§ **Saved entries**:
'''

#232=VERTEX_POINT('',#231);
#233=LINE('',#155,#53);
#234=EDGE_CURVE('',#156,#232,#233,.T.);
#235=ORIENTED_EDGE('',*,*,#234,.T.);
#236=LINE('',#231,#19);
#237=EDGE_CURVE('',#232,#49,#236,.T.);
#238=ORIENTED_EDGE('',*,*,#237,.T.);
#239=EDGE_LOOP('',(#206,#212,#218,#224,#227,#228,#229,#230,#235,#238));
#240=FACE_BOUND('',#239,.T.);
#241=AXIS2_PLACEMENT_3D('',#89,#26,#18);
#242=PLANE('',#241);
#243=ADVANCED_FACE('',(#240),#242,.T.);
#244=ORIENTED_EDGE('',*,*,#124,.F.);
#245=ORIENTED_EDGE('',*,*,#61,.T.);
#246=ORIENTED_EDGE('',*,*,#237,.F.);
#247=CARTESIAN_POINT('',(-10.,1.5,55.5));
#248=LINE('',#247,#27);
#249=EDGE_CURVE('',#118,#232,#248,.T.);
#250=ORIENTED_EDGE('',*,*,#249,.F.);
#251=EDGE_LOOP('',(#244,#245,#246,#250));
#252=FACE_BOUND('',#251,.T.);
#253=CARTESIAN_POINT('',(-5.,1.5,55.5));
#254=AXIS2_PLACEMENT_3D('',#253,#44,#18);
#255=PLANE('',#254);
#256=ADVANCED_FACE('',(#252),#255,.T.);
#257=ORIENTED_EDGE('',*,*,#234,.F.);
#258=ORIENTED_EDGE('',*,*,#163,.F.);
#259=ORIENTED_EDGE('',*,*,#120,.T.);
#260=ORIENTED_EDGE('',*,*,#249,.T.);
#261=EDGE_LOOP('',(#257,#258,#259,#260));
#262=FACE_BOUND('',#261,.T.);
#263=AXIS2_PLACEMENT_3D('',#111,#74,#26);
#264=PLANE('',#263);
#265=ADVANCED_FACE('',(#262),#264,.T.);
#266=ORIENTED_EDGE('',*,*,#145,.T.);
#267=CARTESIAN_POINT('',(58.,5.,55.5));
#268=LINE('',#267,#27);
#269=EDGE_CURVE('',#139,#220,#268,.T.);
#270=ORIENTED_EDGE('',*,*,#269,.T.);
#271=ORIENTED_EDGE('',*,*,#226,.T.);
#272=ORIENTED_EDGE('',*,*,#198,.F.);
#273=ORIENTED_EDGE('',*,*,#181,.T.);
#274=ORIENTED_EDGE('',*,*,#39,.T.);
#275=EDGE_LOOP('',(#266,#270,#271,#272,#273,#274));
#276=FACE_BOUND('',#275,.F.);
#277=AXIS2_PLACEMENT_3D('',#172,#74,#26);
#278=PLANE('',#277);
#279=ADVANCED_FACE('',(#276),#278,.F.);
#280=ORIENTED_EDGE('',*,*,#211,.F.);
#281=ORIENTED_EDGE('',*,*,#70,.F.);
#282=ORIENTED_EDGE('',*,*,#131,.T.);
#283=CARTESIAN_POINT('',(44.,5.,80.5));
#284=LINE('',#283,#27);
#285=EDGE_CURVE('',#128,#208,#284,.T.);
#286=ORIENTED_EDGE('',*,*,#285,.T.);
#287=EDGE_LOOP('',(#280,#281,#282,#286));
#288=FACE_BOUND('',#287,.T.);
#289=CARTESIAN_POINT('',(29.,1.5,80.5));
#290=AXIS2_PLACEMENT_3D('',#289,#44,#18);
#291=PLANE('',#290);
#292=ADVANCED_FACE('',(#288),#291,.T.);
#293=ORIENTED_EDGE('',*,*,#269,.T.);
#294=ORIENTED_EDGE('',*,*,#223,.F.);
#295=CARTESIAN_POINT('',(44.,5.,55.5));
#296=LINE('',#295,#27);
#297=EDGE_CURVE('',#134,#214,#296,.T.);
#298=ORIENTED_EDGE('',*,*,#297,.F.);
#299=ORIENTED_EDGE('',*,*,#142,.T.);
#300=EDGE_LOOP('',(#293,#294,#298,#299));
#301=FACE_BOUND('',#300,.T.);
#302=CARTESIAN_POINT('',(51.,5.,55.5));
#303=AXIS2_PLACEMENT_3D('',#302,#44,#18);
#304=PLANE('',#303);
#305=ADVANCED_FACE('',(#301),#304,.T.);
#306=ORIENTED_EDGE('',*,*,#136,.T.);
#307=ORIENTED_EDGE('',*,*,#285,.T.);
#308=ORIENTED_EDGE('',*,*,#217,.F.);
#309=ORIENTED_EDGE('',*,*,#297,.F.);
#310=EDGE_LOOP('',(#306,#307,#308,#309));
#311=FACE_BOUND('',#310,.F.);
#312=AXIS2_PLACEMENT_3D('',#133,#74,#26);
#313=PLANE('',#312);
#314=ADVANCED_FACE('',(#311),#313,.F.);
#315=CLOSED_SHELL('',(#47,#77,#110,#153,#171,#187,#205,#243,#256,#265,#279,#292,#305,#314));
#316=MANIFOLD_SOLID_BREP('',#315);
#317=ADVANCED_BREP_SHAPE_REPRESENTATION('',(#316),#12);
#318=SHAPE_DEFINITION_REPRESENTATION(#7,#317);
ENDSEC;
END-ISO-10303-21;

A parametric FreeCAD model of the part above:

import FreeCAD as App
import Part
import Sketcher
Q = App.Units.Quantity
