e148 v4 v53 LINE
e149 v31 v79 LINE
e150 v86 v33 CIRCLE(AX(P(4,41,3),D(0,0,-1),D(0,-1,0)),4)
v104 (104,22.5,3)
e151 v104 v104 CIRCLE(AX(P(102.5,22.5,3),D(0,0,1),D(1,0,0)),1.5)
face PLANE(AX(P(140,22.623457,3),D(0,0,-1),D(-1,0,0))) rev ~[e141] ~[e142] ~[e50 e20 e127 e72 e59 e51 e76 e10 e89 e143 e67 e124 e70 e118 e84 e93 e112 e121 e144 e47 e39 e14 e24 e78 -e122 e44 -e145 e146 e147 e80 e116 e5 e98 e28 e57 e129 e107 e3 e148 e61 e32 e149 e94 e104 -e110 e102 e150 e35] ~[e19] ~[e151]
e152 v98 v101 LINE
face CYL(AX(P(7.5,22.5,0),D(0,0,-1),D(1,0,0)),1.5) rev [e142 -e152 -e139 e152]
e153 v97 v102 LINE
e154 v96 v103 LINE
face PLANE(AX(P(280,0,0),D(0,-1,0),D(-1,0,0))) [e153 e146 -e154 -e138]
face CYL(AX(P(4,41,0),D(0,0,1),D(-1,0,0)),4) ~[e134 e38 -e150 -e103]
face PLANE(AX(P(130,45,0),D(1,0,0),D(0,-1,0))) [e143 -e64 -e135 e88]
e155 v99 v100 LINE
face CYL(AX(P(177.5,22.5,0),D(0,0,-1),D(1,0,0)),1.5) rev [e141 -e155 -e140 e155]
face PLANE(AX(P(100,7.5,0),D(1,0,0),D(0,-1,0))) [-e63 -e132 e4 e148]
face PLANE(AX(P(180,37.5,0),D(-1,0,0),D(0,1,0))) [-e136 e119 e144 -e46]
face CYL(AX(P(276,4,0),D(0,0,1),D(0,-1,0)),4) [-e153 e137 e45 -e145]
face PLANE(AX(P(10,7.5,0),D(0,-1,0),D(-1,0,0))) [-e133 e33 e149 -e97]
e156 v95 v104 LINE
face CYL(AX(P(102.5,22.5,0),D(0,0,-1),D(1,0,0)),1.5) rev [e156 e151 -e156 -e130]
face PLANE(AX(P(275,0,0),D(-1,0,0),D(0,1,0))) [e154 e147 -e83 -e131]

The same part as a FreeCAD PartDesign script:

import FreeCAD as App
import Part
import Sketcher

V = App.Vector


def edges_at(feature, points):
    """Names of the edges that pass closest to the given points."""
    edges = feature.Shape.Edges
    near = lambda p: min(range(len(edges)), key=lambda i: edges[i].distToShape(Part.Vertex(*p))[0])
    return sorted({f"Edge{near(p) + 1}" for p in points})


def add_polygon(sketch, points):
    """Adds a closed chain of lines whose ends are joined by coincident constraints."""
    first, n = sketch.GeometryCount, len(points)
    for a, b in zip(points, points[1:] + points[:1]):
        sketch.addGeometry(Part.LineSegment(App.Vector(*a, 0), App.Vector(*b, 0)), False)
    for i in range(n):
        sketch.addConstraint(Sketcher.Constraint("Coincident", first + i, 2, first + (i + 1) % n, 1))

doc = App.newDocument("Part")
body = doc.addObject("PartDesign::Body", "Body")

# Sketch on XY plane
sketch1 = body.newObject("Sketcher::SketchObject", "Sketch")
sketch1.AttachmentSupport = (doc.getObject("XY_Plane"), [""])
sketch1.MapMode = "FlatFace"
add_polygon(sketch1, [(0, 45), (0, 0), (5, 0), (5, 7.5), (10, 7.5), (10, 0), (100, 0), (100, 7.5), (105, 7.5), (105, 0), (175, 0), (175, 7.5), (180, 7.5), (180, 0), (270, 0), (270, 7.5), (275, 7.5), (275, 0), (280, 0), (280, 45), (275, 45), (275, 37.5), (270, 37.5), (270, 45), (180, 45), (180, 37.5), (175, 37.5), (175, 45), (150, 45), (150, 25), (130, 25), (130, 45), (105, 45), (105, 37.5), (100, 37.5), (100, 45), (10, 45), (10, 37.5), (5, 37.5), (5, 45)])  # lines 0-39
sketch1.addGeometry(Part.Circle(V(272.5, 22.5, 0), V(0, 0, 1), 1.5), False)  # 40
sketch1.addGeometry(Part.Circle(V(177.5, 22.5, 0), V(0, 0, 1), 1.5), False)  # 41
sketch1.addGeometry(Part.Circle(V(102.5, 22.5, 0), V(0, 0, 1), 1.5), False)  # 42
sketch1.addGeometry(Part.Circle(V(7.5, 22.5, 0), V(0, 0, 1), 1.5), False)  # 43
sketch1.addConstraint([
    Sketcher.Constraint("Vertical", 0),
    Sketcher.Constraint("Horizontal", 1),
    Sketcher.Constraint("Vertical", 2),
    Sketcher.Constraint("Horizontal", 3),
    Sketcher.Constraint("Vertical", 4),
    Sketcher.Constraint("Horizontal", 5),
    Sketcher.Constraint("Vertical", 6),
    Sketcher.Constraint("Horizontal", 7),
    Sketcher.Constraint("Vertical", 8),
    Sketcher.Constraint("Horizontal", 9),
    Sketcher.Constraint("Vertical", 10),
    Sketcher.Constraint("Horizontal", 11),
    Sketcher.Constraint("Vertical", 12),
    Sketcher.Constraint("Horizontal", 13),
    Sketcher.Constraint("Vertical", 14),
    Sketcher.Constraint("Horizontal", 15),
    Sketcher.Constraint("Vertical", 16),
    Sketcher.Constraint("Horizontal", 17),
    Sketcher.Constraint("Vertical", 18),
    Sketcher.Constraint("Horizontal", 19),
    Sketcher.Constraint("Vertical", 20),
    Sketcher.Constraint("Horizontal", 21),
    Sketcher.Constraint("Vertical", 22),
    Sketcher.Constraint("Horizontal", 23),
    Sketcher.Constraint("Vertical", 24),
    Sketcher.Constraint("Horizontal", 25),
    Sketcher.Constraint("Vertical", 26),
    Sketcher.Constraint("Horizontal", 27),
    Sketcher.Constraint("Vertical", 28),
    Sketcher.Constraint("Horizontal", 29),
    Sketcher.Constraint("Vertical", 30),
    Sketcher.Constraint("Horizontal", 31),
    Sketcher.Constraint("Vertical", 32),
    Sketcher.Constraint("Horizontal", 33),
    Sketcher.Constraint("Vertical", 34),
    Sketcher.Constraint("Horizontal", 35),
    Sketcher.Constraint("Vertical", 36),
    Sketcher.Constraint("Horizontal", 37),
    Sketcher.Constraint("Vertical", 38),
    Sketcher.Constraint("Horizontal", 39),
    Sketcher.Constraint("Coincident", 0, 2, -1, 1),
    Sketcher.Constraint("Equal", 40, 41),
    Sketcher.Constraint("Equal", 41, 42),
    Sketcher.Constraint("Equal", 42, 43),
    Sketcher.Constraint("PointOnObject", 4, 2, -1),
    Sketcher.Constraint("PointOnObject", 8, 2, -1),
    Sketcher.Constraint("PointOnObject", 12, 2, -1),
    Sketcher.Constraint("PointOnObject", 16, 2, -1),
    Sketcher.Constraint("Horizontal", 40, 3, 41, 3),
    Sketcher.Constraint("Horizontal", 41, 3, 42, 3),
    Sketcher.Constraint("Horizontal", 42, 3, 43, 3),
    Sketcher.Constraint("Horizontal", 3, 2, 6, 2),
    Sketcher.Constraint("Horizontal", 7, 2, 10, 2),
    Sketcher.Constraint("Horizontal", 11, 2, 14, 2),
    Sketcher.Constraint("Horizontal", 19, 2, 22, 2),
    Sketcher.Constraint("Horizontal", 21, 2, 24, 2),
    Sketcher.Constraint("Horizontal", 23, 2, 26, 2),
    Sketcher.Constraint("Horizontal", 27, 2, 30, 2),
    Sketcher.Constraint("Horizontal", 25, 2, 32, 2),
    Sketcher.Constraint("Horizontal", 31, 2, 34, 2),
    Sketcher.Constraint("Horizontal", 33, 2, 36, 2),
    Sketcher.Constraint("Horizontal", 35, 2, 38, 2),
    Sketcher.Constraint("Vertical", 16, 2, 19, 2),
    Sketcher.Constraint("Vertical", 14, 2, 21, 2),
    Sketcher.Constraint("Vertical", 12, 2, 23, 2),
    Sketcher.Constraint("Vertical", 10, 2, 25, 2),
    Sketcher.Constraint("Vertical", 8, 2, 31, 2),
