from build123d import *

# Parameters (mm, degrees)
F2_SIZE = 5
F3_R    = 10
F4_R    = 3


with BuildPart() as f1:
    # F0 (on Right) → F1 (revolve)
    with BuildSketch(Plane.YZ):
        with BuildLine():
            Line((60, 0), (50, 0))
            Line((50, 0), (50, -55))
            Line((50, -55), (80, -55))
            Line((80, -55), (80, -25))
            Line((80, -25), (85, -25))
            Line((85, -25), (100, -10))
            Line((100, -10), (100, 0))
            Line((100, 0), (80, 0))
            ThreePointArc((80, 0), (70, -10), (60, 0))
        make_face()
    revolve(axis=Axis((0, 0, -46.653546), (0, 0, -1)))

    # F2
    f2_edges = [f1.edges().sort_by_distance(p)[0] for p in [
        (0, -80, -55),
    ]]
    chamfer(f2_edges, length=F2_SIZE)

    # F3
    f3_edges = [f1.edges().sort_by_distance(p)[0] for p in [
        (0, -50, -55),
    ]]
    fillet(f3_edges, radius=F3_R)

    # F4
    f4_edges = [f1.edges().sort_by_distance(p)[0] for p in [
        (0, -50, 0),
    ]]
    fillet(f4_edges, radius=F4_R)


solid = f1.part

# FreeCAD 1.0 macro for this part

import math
import FreeCAD as App
import Part
import Sketcher
Q = App.Units.Quantity


def edges_at(feature, points):
    """Names of the edges that pass closest to the given points."""
    edges = feature.Shape.Edges
    near = lambda p: min(range(len(edges)), key=lambda i: edges[i].distToShape(Part.Vertex(*p))[0])
    return sorted({f"Edge{near(p) + 1}" for p in points})

doc = App.newDocument("Part")
body = doc.addObject("PartDesign::Body", "Body")

# Sketch on YZ plane
sketch1 = body.newObject("Sketcher::SketchObject", "Sketch")
sketch1.AttachmentSupport = (doc.getObject("YZ_Plane"), [""])
sketch1.MapMode = "FlatFace"
sketch1.addGeometry([
    Part.LineSegment(App.Vector(60, 0, 0), App.Vector(50, 0, 0)),  # 0
    Part.LineSegment(App.Vector(50, 0, 0), App.Vector(50, -55, 0)),  # 1
    Part.LineSegment(App.Vector(50, -55, 0), App.Vector(80, -55, 0)),  # 2
    Part.LineSegment(App.Vector(80, -55, 0), App.Vector(80, -25, 0)),  # 3
    Part.LineSegment(App.Vector(80, -25, 0), App.Vector(85, -25, 0)),  # 4
    Part.LineSegment(App.Vector(85, -25, 0), App.Vector(100, -10, 0)),  # 5
    Part.LineSegment(App.Vector(100, -10, 0), App.Vector(100, 0, 0)),  # 6
    Part.LineSegment(App.Vector(100, 0, 0), App.Vector(80, 0, 0)),  # 7
    Part.ArcOfCircle(Part.Circle(App.Vector(70, 0, 0), App.Vector(0, 0, 1), 10), math.radians(180), math.radians(360)),  # 8
], False)
sketch1.addConstraint([
    Sketcher.Constraint("Coincident", 0, 2, 1, 1),
    Sketcher.Constraint("Coincident", 1, 2, 2, 1),
    Sketcher.Constraint("Coincident", 2, 2, 3, 1),
    Sketcher.Constraint("Coincident", 3, 2, 4, 1),
    Sketcher.Constraint("Coincident", 4, 2, 5, 1),
    Sketcher.Constraint("Coincident", 5, 2, 6, 1),
    Sketcher.Constraint("Coincident", 6, 2, 7, 1),
    Sketcher.Constraint("Coincident", 7, 2, 8, 2),
    Sketcher.Constraint("Coincident", 8, 1, 0, 1),
    Sketcher.Constraint("Horizontal", 0),
    Sketcher.Constraint("Vertical", 1),
    Sketcher.Constraint("Horizontal", 2),
    Sketcher.Constraint("Vertical", 3),
    Sketcher.Constraint("Horizontal", 4),
    Sketcher.Constraint("Vertical", 6),
    Sketcher.Constraint("Horizontal", 7),
    Sketcher.Constraint("PointOnObject", 8, 3, -1),
    Sketcher.Constraint("PointOnObject", 0, 2, -1),
    Sketcher.Constraint("PointOnObject", 6, 2, -1),
    Sketcher.Constraint("Vertical", 3, 2, 7, 2),
    Sketcher.Constraint("Equal", 2, 3),
    Sketcher.Constraint("Equal", 0, 6),
    Sketcher.Constraint("Radius", 8, Q("10 mm")),
    Sketcher.Constraint("DistanceX", 0, 2, 0, 1, Q("10 mm")),
    Sketcher.Constraint("DistanceX", 4, 1, 4, 2, Q("5 mm")),
    Sketcher.Constraint("DistanceX", 7, 2, 7, 1, Q("20 mm")),
    Sketcher.Constraint("DistanceY", 1, 2, 1, 1, Q("55 mm")),
    Sketcher.Constraint("DistanceX", -1, 1, 8, 3, Q("70 mm")),
])
revolution = body.newObject("PartDesign::Revolution", "Revolution")
revolution.Profile = sketch1
revolution.ReferenceAxis = (sketch1, ["V_Axis"])
revolution.Angle = 360
doc.recompute()

chamfer = body.newObject("PartDesign::Chamfer", "Chamfer")
chamfer.Base = (revolution, edges_at(revolution, [(0, -80, -55)]))
chamfer.Size = 5
doc.recompute()

fillet = body.newObject("PartDesign::Fillet", "Fillet")
fillet.Base = (chamfer, edges_at(chamfer, [(0, -50, -55)]))
fillet.Radius = 10
doc.recompute()

fillet2 = body.newObject("PartDesign::Fillet", "Fillet001")
fillet2.Base = (fillet, edges_at(fillet, [(0, -50, 0)]))
fillet2.Radius = 3

doc.recompute()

'''

§ **Work request**:
Your reply must contain exactly the lines from the first line of the data through the line holding "#273=ORIENTED_EDGE('',*,*,#181,.T.);", and nothing more.

§ **Reply to the task**:
#232=VERTEX_POINT('',#231);
#233=LINE('',#155,#53);
#234=EDGE_CURVE('',#156,#232,#233,.T.);
#235=ORIENTED_EDGE('',*,*,#234,.T.);
#236=LINE('',#231,#19);
#237=EDGE_CURVE('',#232,#49,#236,.T.);
#238=ORIENTED_EDGE('',*,*,#237,.T.);
#239=EDGE_LOOP('',(#206,#212,#218,#224,#227,#228,#229,#230,#235,#238));
#240=FACE_BOUND('',#239,.T.);
#241=AXIS2_PLACEMENT_3D('',#89,#26,#18);
#242=PLANE('',#241);
#243=ADVANCED_FACE('',(#240),#242,.T.);
#244=ORIENTED_EDGE('',*,*,#124,.F.);
#245=ORIENTED_EDGE('',*,*,#61,.T.);
#246=ORIENTED_EDGE('',*,*,#237,.F.);
#247=CARTESIAN_POINT('',(-10.,1.5,55.5));
#248=LINE('',#247,#27);
#249=EDGE_CURVE('',#118,#232,#248,.T.);
#250=ORIENTED_EDGE('',*,*,#249,.F.);
#251=EDGE_LOOP('',(#244,#245,#246,#250));
#252=FACE_BOUND('',#251,.T.);
#253=CARTESIAN_POINT('',(-5.,1.5,55.5));
#254=AXIS2_PLACEMENT_3D('',#253,#44,#18);
#255=PLANE('',#254);
#256=ADVANCED_FACE('',(#252),#255,.T.);
#257=ORIENTED_EDGE('',*,*,#234,.F.);
#258=ORIENTED_EDGE('',*,*,#163,.F.);
#259=ORIENTED_EDGE('',*,*,#120,.T.);
#260=ORIENTED_EDGE('',*,*,#249,.T.);
#261=EDGE_LOOP('',(#257,#258,#259,#260));
#262=FACE_BOUND('',#261,.T.);
#263=AXIS2_PLACEMENT_3D('',#111,#74,#26);
#264=PLANE('',#263);
#265=ADVANCED_FACE('',(#262),#264,.T.);
#266=ORIENTED_EDGE('',*,*,#145,.T.);
#267=CARTESIAN_POINT('',(58.,5.,55.5));
#268=LINE('',#267,#27);
#269=EDGE_CURVE('',#139,#220,#268,.T.);
#270=ORIENTED_EDGE('',*,*,#269,.T.);
#271=ORIENTED_EDGE('',*,*,#226,.T.);
#272=ORIENTED_EDGE('',*,*,#198,.F.);
#273=ORIENTED_EDGE('',*,*,#181,.T.);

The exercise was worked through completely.